Happy Hunting worked five furlongs in 59.62 seconds Sunday over the training track, the fastest of 24 breezes at the distance.

Mike Smith is scheduled to ride Happy Hunting, who was assigned 115 pounds. Silver Train, the defending Breeders' Cup Sprint winner, is the 120-pound highweight for the Carter. Also expected for the Carter are Mass Media (118), Sir Greeley (116), Kazoo (115), Call the Lord (114), and Big Apple Daddy (113).

Songster's stock rises for Bay Shore

Even without leaving his stall, Songster enhanced his credentials for Saturday's $150,000 Bay Shore Stakes. After winning his debut on Jan. 28, Songster finished second in an entry-level allowance race on March 4 at Gulfstream Park.

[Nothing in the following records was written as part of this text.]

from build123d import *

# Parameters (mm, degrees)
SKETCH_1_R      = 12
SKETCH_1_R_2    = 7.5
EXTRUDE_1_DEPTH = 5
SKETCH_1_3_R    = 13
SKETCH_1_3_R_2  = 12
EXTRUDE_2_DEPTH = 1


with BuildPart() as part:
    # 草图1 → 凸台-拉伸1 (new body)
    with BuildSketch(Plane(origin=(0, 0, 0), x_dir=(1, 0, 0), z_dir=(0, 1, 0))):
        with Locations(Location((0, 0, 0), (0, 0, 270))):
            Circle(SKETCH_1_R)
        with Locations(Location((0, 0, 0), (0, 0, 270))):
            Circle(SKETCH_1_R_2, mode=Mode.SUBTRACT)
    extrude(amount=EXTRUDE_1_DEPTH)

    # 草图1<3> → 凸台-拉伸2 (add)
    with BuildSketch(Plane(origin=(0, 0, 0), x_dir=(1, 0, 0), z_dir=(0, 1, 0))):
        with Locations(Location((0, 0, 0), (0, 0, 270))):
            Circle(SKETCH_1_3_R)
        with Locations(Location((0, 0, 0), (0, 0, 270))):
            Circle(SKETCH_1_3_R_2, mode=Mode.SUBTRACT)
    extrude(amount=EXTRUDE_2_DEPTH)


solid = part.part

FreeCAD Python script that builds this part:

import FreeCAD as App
import Part
import Sketcher

V = App.Vector

doc = App.newDocument("Part")
body = doc.addObject("PartDesign::Body", "Body")

sketch1 = doc.addObject("Sketcher::SketchObject", "Sketch")
body.addObject(sketch1)
sketch1.AttachmentSupport = (doc.XZ_Plane, [""])
sketch1.MapMode = "FlatFace"
sketch1.addGeometry(Part.Circle(V(0, 0, 0), V(0, 0, 1), 12), False)
sketch1.addGeometry(Part.Circle(V(0, 0, 0), V(0, 0, 1), 7.5), False)
sketch1.addConstraint(Sketcher.Constraint("Coincident", 0, 3, -1, 1))
sketch1.addConstraint(Sketcher.Constraint("Coincident", 1, 3, -1, 1))
sketch1.addConstraint(Sketcher.Constraint("Diameter", 0, 24.0))
sketch1.addConstraint(Sketcher.Constraint("Diameter", 1, 15.0))
pad1 = doc.addObject("PartDesign::Pad", "Pad")
body.addObject(pad1)
pad1.Profile = sketch1
pad1.Length = 5
pad1.Reversed = True

sketch2 = doc.addObject("Sketcher::SketchObject", "Sketch001")
body.addObject(sketch2)
sketch2.AttachmentSupport = (doc.XZ_Plane, [""])
sketch2.MapMode = "FlatFace"
sketch2.addGeometry(Part.Circle(V(0, 0, 0), V(0, 0, 1), 13), False)
sketch2.addGeometry(Part.Circle(V(0, 0, 0), V(0, 0, 1), 12), False)
sketch2.addConstraint(Sketcher.Constraint("Coincident", 0, 3, -1, 1))
sketch2.addConstraint(Sketcher.Constraint("Coincident", 1, 3, -1, 1))
sketch2.addConstraint(Sketcher.Constraint("Diameter", 0, 26.0))
sketch2.addConstraint(Sketcher.Constraint("Diameter", 1, 24.0))
pad2 = doc.addObject("PartDesign::Pad", "Pad001")
body.addObject(pad2)
pad2.Profile = sketch2
pad2.Length = 1
pad2.Reversed = True

doc.recompute()
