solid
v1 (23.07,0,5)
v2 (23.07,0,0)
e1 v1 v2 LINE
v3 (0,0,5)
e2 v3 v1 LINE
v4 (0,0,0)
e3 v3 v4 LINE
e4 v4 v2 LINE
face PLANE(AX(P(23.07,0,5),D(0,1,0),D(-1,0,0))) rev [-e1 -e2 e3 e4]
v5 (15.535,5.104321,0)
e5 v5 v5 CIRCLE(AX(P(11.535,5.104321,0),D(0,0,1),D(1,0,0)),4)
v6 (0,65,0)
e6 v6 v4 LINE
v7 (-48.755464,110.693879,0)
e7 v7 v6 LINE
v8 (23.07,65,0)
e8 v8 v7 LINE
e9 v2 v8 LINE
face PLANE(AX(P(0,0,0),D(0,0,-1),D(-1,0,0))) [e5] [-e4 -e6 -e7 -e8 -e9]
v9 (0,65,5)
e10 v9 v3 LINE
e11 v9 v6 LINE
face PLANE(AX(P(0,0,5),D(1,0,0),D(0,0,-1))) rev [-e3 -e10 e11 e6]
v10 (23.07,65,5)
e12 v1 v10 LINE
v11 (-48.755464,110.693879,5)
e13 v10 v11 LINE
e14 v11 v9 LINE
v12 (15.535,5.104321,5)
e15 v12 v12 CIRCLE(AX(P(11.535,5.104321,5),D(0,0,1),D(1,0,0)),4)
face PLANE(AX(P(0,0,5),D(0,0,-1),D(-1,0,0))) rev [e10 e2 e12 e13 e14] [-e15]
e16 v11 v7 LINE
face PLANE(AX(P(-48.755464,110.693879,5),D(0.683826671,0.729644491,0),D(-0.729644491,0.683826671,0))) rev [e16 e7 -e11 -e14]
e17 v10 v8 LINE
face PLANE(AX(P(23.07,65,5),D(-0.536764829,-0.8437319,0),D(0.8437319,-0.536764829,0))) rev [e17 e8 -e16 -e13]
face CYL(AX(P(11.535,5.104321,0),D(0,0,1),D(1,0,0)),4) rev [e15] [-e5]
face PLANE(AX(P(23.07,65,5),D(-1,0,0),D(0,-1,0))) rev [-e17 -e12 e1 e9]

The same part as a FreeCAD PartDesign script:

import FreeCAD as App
import Part
import Sketcher
Q = App.Units.Quantity

doc = App.newDocument("Part")
body = doc.addObject("PartDesign::Body", "Body")

sketch1 = doc.addObject("Sketcher::SketchObject", "Sketch")
body.addObject(sketch1)
sketch1.AttachmentSupport = (doc.XY_Plane, [""])
sketch1.MapMode = "FlatFace"
sketch1.addGeometry(Part.LineSegment(App.Vector(0, 65, 0), App.Vector(0, 0, 0)), False)
sketch1.addGeometry(Part.LineSegment(App.Vector(0, 0, 0), App.Vector(23, 0, 0)), False)
sketch1.addGeometry(Part.LineSegment(App.Vector(23, 0, 0), App.Vector(23, 65, 0)), False)
sketch1.addGeometry(Part.LineSegment(App.Vector(23, 65, 0), App.Vector(-49, 111, 0)), False)
sketch1.addGeometry(Part.LineSegment(App.Vector(-49, 111, 0), App.Vector(0, 65, 0)), False)
sketch1.addConstraint(Sketcher.Constraint("Coincident", 0, 2, 1, 1))
sketch1.addConstraint(Sketcher.Constraint("Coincident", 1, 2, 2, 1))
sketch1.addConstraint(Sketcher.Constraint("Coincident", 2, 2, 3, 1))
sketch1.addConstraint(Sketcher.Constraint("Coincident", 3, 2, 4, 1))
sketch1.addConstraint(Sketcher.Constraint("Coincident", 4, 2, 0, 1))
sketch1.addConstraint(Sketcher.Constraint("Vertical", 0))
sketch1.addConstraint(Sketcher.Constraint("Horizontal", 1))
sketch1.addConstraint(Sketcher.Constraint("Vertical", 2))
sketch1.addConstraint(Sketcher.Constraint("Coincident", 0, 2, -1, 1))
sketch1.addConstraint(Sketcher.Constraint("Horizontal", 2, 2, 4, 2))
sketch1.addConstraint(Sketcher.Constraint("DistanceY", 0, 2, 0, 1, Q("65 mm")))
sketch1.addConstraint(Sketcher.Constraint("DistanceX", 1, 1, 1, 2, Q("23.07 mm")))
sketch1.addConstraint(Sketcher.Constraint("Distance", 4, Q("66.820849 mm")))
sketch1.addConstraint(Sketcher.Constraint("DistanceY", -1, 1, 3, 2, Q("110.693879 mm")))
pad1 = doc.addObject("PartDesign::Pad", "Pad")
body.addObject(pad1)
pad1.Profile = sketch1
pad1.Length = 5

sketch2 = doc.addObject("Sketcher::SketchObject", "Sketch001")
body.addObject(sketch2)
sketch2.AttachmentSupport = (doc.XY_Plane, [""])
sketch2.MapMode = "FlatFace"
sketch2.AttachmentOffset = App.Placement(App.Vector(0, 0, 5), App.Rotation())
sketch2.addGeometry(Part.Circle(App.Vector(11.5, 5.1, 0), App.Vector(0, 0, 1), 4), False)
sketch2.addGeometry(Part.Circle(App.Vector(11.5, 59.9, 0), App.Vector(0, 0, 1), 4), False)
sketch2.addConstraint(Sketcher.Constraint("Equal", 0, 1))
sketch2.addConstraint(Sketcher.Constraint("Vertical", 0, 3, 1, 3))
sketch2.addConstraint(Sketcher.Constraint("Diameter", 0, Q("8 mm")))
sketch2.addConstraint(Sketcher.Constraint("DistanceX", -1, 1, 0, 3, Q("11.535 mm")))
sketch2.addConstraint(Sketcher.Constraint("DistanceY", -1, 1, 0, 3, Q("5.104321 mm")))
sketch2.addConstraint(Sketcher.Constraint("DistanceY", -1, 1, 1, 3, Q("59.895679 mm")))
pocket1 = doc.addObject("PartDesign::Pocket", "Pocket")
body.addObject(pocket1)
pocket1.Profile = sketch2
pocket1.Length = 5

sketch3 = doc.addObject("Sketcher::SketchObject", "Sketch002")
body.addObject(sketch3)
sketch3.AttachmentSupport = (doc.XY_Plane, [""])
sketch3.MapMode = "FlatFace"
sketch3.AttachmentOffset = App.Placement(App.Vector(0, 0, 5), App.Rotation())
sketch3.addGeometry(Part.Circle(App.Vector(11.5, 59.9, 0), App.Vector(0, 0, 1), 4), False)
sketch3.addConstraint(Sketcher.Constraint("Diameter", 0, Q("8 mm")))
sketch3.addConstraint(Sketcher.Constraint("DistanceX", -1, 1, 0, 3, Q("11.535 mm")))
sketch3.addConstraint(Sketcher.Constraint("DistanceY", -1, 1, 0, 3, Q("59.895679 mm")))
pad2 = doc.addObject("PartDesign::Pad", "Pad001")
body.addObject(pad2)
pad2.Profile = sketch3
pad2.Length = 5
pad2.Reversed = True

doc.recompute()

The horse that beat him that day, Exclusive Quality, won last Saturday's Spectacular Bid Stakes at Gulfstream. Protagonus, who finished third in the March 4 race, won an allowance race on Saturday, also at Gulfstream.

Songster arrived in New York on Sunday from south Florida along with stablemate Deputy Glitters, who is running in the Wood. Songster will likely be second choice in the Grade 3 Bay Shore behind California shipper Too Much Bling, who won the San Miguel and San Vicente this year. Others pointing to the Bay Shore are Devil's Concierge, Changing Weather, and possibly Beacon Shine, The Pharaoh, and Trailing Twelve.

Storm Minstrel wins Fickle Fanny

Storm Minstrel received a perfect ground-saving stalking trip from Ramon Dominguez, and drew off from stablemate Slew Motion to win Sunday's $61,500 Fickle Fanny Stakes by 1 1/4 lengths. Slew Motion, held second by three lengths over pace-prompter Sweet Sweet.

Storm Minstrel, a daughter of Storm Cat owned and bred by Edward Evans, covered the six furlongs in 1:10.41 and paid $5 as the favorite. Richard Dutrow Jr. trains both the first- and second-place finishers.

* Belmont's main track is due to open for training on Wednesday. Training hours will be 6 to 10 a.m. with a harrowing break from 8:15 to 8:45.